In 1960, the mountain and its surroundings were taken under protection as a natural monument. The area of the protected territory is 3.5 ha.
Attractions
- Before the revolution there was the Voznesenskaya (Russian: Вознесенская) chapel on the top of Dumnaya mountain. At the end of the XIX century during the church holidays, there were processions to the mountain. The chapel was demolished in the 1920s, and in 2011 parishioners of St. Peter and Paul Church of Polevsky built a six-meter high cross in place of the demolished chapel.
- A mass grave near the summit contains the remains of six locals who were shot by the White Army in July 1918. A monument was built over the grave in 1929, bearing the inscription "Heroes Fallen for Freedom". On a marble pedestal stands a cast-iron figure of a worker with a rifle and a hammer in his hands. The sculpture was cast at the Kaslinsky Factory from a model by the sculptor Klodt, a descendant of the author of the sculptural groups on the Anichkov Bridge in St. Petersburg.
In literature
The future writer Pavel Petrovich Bazhov lived in Polevskoy plant from 1892 to 1895. On Dumnaya mountain at that time there was a large firewood area for the needs of the factory. To guard the firewood there was a gatehouse where children would gather to listen to the tales of one of the watchmen, Grandpa Slyshko (Vasily Alekseevich Khmelinin). These stories, in which the Dumnaya Gora often appears, the writer later translated them into tales that made up the collection 'The Malachite Box'. The short story "Karaulka on Dumnaya mountain" became the preface to the book. In his memoirs Bazhov also recounts the words of a coachman when he moved to Polevskoy: "Here, they say, Pugachev sat for three days, thinking. That's why Dumnaya is called". Apparently, this story reflects the above story about an attempt by one of Pugachev's detachments to attack the factory (Pugachev himself was not in these places).

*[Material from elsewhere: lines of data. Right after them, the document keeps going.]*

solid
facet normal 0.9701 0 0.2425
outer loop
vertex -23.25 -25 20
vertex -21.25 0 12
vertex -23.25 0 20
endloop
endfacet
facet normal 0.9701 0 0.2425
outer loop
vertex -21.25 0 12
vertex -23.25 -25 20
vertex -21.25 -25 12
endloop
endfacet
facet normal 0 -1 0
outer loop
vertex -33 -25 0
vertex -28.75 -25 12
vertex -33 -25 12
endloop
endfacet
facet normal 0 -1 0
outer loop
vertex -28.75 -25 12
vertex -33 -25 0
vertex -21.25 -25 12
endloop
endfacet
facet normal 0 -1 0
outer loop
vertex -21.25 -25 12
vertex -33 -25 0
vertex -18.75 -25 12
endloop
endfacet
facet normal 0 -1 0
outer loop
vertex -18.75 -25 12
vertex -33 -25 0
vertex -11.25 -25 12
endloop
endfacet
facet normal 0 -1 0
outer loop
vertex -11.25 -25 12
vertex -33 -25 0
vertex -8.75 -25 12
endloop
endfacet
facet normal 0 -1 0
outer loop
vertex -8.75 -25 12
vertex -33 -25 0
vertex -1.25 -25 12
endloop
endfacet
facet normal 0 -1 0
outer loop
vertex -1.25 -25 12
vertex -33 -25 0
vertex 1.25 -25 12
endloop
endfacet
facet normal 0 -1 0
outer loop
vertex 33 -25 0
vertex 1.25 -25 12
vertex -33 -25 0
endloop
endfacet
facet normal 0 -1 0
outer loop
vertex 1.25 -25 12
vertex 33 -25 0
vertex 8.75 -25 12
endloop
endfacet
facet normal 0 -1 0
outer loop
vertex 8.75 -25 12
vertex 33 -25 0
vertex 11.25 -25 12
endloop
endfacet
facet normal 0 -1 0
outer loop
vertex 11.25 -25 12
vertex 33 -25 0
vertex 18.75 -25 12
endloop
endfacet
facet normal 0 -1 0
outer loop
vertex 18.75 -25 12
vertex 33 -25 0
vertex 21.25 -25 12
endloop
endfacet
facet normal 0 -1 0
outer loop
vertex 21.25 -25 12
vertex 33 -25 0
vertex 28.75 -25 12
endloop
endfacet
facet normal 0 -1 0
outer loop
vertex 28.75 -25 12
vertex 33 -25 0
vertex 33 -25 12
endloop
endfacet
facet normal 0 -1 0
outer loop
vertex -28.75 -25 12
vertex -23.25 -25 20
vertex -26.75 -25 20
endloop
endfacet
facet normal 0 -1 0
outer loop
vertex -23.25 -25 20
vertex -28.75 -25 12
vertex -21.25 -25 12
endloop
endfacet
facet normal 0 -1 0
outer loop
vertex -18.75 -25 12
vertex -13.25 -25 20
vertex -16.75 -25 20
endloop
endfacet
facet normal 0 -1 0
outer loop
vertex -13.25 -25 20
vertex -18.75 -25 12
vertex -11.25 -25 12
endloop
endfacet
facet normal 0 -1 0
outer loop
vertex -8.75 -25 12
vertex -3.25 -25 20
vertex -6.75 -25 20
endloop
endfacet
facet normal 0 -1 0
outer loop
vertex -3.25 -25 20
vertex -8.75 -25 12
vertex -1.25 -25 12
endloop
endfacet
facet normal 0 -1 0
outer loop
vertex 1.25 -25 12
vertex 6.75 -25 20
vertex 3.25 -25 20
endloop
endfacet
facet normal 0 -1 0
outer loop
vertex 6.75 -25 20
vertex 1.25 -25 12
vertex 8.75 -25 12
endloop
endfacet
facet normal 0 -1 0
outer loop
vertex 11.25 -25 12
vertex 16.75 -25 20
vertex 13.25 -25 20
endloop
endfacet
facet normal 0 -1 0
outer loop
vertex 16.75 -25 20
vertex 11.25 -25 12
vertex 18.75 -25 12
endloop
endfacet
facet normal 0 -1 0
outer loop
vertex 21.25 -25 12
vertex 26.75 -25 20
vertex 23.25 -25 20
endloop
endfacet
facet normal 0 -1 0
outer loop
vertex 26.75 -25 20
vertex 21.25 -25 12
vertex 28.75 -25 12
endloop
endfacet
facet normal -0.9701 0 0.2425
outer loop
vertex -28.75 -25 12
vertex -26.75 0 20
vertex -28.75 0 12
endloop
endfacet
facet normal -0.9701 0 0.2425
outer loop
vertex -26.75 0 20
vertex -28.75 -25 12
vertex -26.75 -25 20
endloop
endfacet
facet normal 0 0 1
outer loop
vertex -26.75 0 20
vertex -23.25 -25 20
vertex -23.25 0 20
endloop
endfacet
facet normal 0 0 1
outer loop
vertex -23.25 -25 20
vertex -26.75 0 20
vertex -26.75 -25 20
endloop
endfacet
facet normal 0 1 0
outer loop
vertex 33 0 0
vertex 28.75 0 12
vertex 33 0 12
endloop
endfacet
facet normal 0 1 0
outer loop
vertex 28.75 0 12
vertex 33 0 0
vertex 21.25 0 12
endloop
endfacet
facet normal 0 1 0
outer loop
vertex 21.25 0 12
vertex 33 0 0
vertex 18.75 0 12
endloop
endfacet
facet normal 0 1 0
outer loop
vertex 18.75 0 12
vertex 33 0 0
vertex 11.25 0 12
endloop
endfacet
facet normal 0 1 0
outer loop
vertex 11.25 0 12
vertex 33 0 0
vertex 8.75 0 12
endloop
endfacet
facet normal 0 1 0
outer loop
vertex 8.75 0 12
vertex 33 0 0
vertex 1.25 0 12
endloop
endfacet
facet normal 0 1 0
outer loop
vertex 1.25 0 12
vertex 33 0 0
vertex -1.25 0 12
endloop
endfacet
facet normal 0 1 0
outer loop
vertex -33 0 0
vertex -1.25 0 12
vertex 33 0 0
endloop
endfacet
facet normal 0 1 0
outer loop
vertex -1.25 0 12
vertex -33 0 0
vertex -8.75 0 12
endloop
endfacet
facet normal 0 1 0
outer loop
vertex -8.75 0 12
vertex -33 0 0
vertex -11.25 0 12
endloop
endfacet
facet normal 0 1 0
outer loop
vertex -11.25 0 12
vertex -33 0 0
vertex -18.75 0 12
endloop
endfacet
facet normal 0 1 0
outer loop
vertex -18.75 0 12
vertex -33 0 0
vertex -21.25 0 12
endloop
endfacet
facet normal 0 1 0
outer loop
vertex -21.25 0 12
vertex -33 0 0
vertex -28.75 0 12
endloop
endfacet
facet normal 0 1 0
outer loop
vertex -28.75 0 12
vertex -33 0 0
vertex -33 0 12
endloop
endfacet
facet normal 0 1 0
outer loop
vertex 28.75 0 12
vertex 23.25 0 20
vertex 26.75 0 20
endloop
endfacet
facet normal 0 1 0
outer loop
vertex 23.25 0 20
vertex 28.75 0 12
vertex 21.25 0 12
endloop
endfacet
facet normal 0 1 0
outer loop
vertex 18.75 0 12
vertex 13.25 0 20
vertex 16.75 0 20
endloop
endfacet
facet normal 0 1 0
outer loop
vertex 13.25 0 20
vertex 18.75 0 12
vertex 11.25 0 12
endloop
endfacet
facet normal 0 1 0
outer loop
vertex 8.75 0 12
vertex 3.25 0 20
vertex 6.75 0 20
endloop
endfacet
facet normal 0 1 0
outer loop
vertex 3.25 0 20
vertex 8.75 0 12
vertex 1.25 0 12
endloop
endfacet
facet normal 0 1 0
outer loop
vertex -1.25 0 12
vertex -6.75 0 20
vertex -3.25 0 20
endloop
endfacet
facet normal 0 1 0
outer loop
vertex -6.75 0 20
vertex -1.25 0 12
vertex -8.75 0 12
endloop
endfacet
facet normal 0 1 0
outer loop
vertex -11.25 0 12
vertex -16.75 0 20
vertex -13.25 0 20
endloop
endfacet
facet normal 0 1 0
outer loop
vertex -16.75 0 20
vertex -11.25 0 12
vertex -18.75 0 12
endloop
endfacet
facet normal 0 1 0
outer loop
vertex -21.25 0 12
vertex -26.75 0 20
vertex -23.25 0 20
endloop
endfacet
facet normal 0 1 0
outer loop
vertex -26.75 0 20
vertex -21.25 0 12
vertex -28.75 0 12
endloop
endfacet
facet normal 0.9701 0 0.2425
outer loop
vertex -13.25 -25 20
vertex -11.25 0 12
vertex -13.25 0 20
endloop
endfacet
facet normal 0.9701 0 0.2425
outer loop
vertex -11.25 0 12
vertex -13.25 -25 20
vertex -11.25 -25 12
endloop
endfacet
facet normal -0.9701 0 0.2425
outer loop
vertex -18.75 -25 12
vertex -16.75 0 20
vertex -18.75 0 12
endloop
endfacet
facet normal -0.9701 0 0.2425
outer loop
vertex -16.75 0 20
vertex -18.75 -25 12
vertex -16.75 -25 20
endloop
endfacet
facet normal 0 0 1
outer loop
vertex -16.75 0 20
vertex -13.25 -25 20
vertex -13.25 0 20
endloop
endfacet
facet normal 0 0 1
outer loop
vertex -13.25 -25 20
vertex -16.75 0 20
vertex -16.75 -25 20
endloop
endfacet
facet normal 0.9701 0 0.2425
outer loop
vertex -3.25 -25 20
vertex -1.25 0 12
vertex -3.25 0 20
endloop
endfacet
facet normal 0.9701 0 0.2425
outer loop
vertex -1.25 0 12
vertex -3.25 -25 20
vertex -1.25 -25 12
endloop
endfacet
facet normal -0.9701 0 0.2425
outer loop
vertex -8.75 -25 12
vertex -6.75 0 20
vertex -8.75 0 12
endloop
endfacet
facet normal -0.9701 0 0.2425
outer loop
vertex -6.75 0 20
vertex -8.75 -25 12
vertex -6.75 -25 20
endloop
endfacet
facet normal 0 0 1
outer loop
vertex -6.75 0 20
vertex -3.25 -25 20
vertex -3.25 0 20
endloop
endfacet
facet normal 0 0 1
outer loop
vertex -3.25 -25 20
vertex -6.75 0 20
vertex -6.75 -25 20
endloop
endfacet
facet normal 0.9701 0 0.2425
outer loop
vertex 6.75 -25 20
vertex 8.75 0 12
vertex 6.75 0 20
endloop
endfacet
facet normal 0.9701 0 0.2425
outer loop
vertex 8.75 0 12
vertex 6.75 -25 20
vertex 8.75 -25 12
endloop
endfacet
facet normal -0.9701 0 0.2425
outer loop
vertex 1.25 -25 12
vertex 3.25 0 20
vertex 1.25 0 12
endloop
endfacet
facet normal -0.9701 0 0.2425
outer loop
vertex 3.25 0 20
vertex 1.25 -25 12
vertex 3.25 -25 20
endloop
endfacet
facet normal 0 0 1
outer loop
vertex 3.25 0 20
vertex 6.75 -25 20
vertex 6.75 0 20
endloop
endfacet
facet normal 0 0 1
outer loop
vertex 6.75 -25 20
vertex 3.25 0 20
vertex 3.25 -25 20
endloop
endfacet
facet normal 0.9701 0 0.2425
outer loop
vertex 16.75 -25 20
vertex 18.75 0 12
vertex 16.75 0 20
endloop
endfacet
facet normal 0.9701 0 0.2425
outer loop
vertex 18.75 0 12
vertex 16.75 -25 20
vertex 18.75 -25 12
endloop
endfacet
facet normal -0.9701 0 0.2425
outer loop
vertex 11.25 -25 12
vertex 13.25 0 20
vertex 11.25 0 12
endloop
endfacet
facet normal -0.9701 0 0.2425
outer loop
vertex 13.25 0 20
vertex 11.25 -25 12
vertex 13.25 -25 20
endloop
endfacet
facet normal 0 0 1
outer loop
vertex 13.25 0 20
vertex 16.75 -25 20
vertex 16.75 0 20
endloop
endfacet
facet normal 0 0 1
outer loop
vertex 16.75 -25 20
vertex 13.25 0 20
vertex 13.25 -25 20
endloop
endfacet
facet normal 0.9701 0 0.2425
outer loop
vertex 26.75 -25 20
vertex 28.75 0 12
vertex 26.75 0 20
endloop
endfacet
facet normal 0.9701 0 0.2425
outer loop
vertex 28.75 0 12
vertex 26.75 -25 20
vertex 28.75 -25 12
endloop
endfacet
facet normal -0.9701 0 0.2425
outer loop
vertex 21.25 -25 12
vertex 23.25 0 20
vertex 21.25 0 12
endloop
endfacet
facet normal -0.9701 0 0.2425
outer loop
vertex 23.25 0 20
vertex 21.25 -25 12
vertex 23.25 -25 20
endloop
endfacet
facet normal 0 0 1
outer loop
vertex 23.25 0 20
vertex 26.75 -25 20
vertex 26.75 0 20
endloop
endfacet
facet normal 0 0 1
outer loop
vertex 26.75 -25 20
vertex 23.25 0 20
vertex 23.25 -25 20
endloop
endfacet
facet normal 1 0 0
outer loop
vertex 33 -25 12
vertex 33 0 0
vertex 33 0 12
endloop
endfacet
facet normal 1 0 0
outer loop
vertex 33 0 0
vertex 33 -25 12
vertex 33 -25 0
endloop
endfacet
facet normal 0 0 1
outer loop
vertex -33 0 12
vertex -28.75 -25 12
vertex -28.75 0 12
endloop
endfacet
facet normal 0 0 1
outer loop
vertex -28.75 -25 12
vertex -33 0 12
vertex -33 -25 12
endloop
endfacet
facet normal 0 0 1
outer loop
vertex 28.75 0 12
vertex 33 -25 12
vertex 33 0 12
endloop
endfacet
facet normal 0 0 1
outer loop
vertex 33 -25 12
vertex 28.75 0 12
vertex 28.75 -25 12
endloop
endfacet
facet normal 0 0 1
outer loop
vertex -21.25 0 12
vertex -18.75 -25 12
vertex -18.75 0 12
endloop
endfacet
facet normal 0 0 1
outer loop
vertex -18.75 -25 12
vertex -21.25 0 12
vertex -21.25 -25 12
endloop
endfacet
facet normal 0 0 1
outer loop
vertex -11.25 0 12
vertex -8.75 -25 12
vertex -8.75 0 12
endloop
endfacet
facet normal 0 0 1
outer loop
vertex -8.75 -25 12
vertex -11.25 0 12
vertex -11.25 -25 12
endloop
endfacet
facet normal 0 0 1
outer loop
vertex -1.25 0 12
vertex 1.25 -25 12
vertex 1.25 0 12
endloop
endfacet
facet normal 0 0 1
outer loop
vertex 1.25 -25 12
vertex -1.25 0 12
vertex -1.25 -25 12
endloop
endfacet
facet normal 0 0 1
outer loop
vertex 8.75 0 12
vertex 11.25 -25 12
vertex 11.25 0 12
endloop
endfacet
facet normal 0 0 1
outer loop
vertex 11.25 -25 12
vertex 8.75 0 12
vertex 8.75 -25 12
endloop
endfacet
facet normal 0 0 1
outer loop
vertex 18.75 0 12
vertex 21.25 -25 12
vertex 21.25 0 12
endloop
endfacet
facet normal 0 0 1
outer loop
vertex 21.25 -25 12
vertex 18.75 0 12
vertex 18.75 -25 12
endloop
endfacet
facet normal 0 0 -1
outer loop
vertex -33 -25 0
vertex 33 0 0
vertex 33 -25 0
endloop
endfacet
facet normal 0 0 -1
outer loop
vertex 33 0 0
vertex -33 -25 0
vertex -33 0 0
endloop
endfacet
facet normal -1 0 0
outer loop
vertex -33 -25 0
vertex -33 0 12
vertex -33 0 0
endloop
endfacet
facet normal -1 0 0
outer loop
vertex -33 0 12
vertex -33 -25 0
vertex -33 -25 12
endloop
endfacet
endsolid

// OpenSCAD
$fn = 32;

// ----------------------------------------------------------------------
// Toothed rack, 6 teeth
// 10 mm pitch, 8 mm teeth
// ----------------------------------------------------------------------

// --- parameters (mm) ---
bar_w = 25;     // bar width (Y)
bar_h = 12;     // bar height (Z)
teeth = 6;      // number of teeth
pitch = 10;     // tooth pitch
tooth_h = 8;    // tooth height above the bar
root_w = 8;     // tooth width at the root
crest_w = 3.5;  // tooth width at the crest

// --- derived feature positions (mm) ---
span = (teeth - 1) * pitch;  // = 50   distance between the outer teeth
bar_l = span + root_w + 8;   // = 66   bar length: teeth plus 4 mm at each end
tooth_x = -span / 2;         // = -25   X of the first tooth
height = bar_h + tooth_h;    // = 20   overall height
feature_centers = [
  [tooth_x + 0 * pitch, -bar_w / 2],
  [tooth_x + 1 * pitch, -bar_w / 2],
  [tooth_x + 2 * pitch, -bar_w / 2],
  [tooth_x + 3 * pitch, -bar_w / 2],
  [tooth_x + 4 * pitch, -bar_w / 2],
  [tooth_x + 5 * pitch, -bar_w / 2]
];   // tooth centre line, drives the tooth loop

// bar with a rack of teeth, one extruded trapezoium per centre
module rack_tooth() {
  linear_extrude(height = bar_w)
    polygon(points = [
      [0, 0],
      [root_w, 0],
      [root_w / 2 + crest_w / 2, tooth_h + 1],
      [root_w / 2 - crest_w / 2, tooth_h + 1]
    ]);
}

union() {
  translate([-bar_l / 2, -bar_w, 0]) cube([bar_l, bar_w, bar_h]);
  for (centre = feature_centers)
    translate([centre[0] - root_w / 2, 0, bar_h - 1]) rotate([90, 0, 0]) rack_tooth();
}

In Bazhov's tale "Dorogoe imjatchko" (Russian: Дорогое имячко), another pure folklore version of the origin of the mountain's name is stated. It says that in the cave of the mountain, now buried, "old people" lived (Mansi, White-eyed Chud). They were not interested in the mineral trade. When the land was filled with belligerent Russian treasure hunters, the old people gathered for a council. "They thought here for three whole days. That's why the mountain is called Dumnaya. It used to have a different name. They thought it over and decided to move to a new place where there is no gold at all, but animals, birds and fish in abundance".